> **EXERCISE DESCRIPTION**:
Reproduce, character for character, the entries from their opening line through the line with "face CYL(AX(P(0,-47.156158,57.8),D(0,0,1),D(1,0,0)),6.5) rev".

> **DATA UNDER STUDY**:
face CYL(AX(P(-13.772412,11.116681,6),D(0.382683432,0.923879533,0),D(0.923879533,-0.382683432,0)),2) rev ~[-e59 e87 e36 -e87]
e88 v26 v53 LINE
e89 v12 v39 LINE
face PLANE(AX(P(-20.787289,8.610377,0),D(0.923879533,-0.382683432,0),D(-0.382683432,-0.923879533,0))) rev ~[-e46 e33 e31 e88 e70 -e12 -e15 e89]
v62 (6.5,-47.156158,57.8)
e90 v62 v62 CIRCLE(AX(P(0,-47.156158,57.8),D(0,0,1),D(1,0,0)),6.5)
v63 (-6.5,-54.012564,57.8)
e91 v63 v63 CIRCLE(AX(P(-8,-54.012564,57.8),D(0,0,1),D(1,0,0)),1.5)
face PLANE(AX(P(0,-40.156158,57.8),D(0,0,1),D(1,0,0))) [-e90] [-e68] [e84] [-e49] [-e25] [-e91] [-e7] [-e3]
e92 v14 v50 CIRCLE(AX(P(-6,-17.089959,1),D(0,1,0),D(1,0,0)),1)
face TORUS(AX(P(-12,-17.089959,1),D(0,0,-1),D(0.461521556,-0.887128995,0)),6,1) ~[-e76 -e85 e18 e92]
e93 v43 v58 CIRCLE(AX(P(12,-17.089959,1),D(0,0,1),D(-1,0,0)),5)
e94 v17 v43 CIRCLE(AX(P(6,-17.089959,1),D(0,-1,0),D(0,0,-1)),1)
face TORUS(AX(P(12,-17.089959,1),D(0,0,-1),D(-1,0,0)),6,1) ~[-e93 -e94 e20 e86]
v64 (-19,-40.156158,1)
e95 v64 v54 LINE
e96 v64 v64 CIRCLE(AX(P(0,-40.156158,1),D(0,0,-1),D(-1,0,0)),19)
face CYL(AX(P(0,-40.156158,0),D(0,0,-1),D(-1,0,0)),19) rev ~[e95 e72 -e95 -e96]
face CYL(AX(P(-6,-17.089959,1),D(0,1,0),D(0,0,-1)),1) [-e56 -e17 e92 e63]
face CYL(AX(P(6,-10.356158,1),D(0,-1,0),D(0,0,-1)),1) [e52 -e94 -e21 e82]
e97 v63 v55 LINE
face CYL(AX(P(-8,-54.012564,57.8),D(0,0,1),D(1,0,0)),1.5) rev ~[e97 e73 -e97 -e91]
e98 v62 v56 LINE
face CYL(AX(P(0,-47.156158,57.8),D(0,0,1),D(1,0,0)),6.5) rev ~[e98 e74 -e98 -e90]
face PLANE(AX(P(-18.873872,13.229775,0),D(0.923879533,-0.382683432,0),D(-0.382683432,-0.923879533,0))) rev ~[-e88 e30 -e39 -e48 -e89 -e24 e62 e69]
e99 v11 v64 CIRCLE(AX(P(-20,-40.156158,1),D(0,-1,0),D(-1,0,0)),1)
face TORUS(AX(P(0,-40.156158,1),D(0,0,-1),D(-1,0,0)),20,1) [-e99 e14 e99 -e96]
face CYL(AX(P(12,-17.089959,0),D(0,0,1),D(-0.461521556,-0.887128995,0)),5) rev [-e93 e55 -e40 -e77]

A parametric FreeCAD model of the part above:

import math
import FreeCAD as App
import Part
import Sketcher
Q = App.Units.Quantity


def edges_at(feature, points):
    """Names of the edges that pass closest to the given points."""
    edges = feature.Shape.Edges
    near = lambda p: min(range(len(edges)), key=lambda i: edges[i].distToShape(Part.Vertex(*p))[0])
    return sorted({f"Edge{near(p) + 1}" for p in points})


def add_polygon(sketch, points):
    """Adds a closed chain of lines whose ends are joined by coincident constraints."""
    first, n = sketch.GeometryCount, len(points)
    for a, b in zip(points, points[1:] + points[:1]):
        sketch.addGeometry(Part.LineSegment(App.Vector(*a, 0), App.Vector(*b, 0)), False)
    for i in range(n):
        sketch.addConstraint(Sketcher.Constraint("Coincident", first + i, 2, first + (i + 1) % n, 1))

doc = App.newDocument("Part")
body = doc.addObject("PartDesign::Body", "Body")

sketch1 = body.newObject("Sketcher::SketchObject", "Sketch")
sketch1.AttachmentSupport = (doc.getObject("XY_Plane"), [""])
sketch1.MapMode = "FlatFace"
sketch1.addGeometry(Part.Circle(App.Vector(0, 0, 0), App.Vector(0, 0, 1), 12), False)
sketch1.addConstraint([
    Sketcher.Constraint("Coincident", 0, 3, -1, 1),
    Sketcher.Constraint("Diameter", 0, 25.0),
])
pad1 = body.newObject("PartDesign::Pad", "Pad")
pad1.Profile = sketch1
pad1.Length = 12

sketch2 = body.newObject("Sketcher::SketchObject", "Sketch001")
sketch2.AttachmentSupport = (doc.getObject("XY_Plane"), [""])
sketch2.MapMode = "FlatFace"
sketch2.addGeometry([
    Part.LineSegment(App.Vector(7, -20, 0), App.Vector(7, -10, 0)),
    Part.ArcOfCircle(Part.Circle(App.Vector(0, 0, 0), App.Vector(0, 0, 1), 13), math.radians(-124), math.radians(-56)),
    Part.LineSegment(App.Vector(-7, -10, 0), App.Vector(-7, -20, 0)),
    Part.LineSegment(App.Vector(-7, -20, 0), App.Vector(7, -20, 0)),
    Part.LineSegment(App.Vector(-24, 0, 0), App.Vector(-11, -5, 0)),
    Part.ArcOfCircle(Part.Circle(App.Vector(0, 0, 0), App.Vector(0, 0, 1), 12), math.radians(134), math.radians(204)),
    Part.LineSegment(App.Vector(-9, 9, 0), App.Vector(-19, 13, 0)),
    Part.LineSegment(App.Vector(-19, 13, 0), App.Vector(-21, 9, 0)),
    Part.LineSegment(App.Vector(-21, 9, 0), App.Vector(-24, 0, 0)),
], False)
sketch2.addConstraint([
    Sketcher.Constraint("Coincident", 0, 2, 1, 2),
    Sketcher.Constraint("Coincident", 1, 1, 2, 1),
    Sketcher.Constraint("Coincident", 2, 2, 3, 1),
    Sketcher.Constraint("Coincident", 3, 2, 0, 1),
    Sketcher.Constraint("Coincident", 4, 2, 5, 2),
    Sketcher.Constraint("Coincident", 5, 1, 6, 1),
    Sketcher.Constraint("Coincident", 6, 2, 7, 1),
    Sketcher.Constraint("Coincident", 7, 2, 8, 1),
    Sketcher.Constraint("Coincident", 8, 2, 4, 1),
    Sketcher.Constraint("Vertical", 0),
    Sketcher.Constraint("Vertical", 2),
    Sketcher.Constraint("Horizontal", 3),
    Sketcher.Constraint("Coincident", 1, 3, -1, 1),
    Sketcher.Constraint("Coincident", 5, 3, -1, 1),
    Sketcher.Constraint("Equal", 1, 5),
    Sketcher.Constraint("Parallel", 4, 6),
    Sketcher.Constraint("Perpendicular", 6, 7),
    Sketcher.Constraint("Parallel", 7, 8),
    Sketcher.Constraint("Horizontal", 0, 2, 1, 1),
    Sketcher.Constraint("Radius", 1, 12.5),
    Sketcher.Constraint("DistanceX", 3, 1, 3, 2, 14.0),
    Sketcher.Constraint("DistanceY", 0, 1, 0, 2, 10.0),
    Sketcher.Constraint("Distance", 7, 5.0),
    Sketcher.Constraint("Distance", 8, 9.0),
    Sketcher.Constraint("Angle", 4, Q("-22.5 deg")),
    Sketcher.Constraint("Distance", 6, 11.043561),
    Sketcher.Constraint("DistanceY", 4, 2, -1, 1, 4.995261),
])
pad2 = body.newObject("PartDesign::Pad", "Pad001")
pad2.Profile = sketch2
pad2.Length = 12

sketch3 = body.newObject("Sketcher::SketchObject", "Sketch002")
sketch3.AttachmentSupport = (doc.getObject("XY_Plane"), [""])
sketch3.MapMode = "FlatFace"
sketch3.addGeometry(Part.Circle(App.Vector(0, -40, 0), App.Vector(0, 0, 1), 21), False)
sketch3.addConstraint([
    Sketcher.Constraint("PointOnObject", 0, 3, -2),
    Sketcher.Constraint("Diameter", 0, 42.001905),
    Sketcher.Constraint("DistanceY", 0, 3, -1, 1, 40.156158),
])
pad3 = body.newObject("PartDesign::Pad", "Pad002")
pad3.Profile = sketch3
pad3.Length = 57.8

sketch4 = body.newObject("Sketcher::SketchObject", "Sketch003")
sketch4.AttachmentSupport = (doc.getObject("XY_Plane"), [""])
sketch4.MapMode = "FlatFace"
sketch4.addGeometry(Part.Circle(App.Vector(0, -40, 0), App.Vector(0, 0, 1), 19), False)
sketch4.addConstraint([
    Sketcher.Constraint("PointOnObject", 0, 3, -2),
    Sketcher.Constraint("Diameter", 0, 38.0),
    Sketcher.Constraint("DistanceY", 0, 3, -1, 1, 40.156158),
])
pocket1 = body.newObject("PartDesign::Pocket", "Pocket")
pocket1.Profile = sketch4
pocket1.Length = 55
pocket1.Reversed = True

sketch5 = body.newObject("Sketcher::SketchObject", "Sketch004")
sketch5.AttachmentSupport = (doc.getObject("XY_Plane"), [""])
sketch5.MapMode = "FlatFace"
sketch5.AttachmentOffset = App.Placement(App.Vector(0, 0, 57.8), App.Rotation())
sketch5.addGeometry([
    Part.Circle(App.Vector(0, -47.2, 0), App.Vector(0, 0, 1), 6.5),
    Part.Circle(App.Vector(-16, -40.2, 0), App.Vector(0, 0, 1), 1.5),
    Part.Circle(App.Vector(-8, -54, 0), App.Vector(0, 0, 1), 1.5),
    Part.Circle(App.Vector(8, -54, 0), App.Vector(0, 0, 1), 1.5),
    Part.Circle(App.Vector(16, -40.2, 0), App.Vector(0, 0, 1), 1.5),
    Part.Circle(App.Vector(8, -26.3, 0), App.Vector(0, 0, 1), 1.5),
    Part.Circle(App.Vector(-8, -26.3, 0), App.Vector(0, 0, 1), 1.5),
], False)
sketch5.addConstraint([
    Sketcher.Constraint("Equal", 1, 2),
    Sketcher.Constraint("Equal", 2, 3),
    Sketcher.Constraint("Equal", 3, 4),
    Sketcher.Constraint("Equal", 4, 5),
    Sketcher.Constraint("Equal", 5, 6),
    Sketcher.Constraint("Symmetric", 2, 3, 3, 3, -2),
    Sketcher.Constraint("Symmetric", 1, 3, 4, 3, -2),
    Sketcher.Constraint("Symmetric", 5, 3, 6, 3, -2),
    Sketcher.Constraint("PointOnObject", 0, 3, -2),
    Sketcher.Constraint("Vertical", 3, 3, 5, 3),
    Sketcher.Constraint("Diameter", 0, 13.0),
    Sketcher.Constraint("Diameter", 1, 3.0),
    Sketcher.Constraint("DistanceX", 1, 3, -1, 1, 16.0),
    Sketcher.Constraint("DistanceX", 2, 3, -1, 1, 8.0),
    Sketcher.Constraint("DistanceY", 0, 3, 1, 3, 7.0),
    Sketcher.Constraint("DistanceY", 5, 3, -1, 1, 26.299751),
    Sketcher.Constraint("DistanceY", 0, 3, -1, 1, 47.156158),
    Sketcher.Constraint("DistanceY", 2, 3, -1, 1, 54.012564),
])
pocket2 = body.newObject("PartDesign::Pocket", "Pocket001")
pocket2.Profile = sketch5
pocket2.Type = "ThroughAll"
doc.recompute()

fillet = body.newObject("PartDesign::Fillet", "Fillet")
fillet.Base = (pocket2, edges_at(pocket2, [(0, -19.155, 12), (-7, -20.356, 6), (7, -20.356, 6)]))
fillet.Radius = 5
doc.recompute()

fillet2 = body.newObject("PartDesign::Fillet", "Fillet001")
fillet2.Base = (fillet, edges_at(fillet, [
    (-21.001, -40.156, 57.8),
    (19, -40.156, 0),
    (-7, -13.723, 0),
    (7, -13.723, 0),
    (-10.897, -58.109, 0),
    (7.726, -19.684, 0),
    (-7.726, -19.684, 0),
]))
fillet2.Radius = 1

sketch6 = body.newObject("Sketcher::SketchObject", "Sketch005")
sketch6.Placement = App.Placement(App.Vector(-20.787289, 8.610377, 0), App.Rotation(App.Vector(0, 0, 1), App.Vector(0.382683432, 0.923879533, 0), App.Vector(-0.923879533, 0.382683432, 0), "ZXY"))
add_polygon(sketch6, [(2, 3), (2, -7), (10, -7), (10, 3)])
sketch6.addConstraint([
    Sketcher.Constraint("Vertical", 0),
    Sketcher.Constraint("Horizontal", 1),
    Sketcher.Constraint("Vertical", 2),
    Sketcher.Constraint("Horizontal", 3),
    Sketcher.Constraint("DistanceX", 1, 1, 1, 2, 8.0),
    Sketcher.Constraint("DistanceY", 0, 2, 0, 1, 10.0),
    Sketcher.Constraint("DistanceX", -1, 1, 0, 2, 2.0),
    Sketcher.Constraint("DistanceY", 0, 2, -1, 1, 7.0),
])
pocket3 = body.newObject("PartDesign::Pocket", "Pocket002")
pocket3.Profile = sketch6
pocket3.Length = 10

> **OUTPUT**:
face CYL(AX(P(-13.772412,11.116681,6),D(0.382683432,0.923879533,0),D(0.923879533,-0.382683432,0)),2) rev ~[-e59 e87 e36 -e87]
e88 v26 v53 LINE
e89 v12 v39 LINE
face PLANE(AX(P(-20.787289,8.610377,0),D(0.923879533,-0.382683432,0),D(-0.382683432,-0.923879533,0))) rev ~[-e46 e33 e31 e88 e70 -e12 -e15 e89]
v62 (6.5,-47.156158,57.8)
e90 v62 v62 CIRCLE(AX(P(0,-47.156158,57.8),D(0,0,1),D(1,0,0)),6.5)
v63 (-6.5,-54.012564,57.8)
e91 v63 v63 CIRCLE(AX(P(-8,-54.012564,57.8),D(0,0,1),D(1,0,0)),1.5)
face PLANE(AX(P(0,-40.156158,57.8),D(0,0,1),D(1,0,0))) [-e90] [-e68] [e84] [-e49] [-e25] [-e91] [-e7] [-e3]
e92 v14 v50 CIRCLE(AX(P(-6,-17.089959,1),D(0,1,0),D(1,0,0)),1)
face TORUS(AX(P(-12,-17.089959,1),D(0,0,-1),D(0.461521556,-0.887128995,0)),6,1) ~[-e76 -e85 e18 e92]
e93 v43 v58 CIRCLE(AX(P(12,-17.089959,1),D(0,0,1),D(-1,0,0)),5)
e94 v17 v43 CIRCLE(AX(P(6,-17.089959,1),D(0,-1,0),D(0,0,-1)),1)
face TORUS(AX(P(12,-17.089959,1),D(0,0,-1),D(-1,0,0)),6,1) ~[-e93 -e94 e20 e86]
v64 (-19,-40.156158,1)
e95 v64 v54 LINE
e96 v64 v64 CIRCLE(AX(P(0,-40.156158,1),D(0,0,-1),D(-1,0,0)),19)
face CYL(AX(P(0,-40.156158,0),D(0,0,-1),D(-1,0,0)),19) rev ~[e95 e72 -e95 -e96]
face CYL(AX(P(-6,-17.089959,1),D(0,1,0),D(0,0,-1)),1) [-e56 -e17 e92 e63]
face CYL(AX(P(6,-10.356158,1),D(0,-1,0),D(0,0,-1)),1) [e52 -e94 -e21 e82]
e97 v63 v55 LINE
face CYL(AX(P(-8,-54.012564,57.8),D(0,0,1),D(1,0,0)),1.5) rev ~[e97 e73 -e97 -e91]
e98 v62 v56 LINE
face CYL(AX(P(0,-47.156158,57.8),D(0,0,1),D(1,0,0)),6.5) rev ~[e98 e74 -e98 -e90]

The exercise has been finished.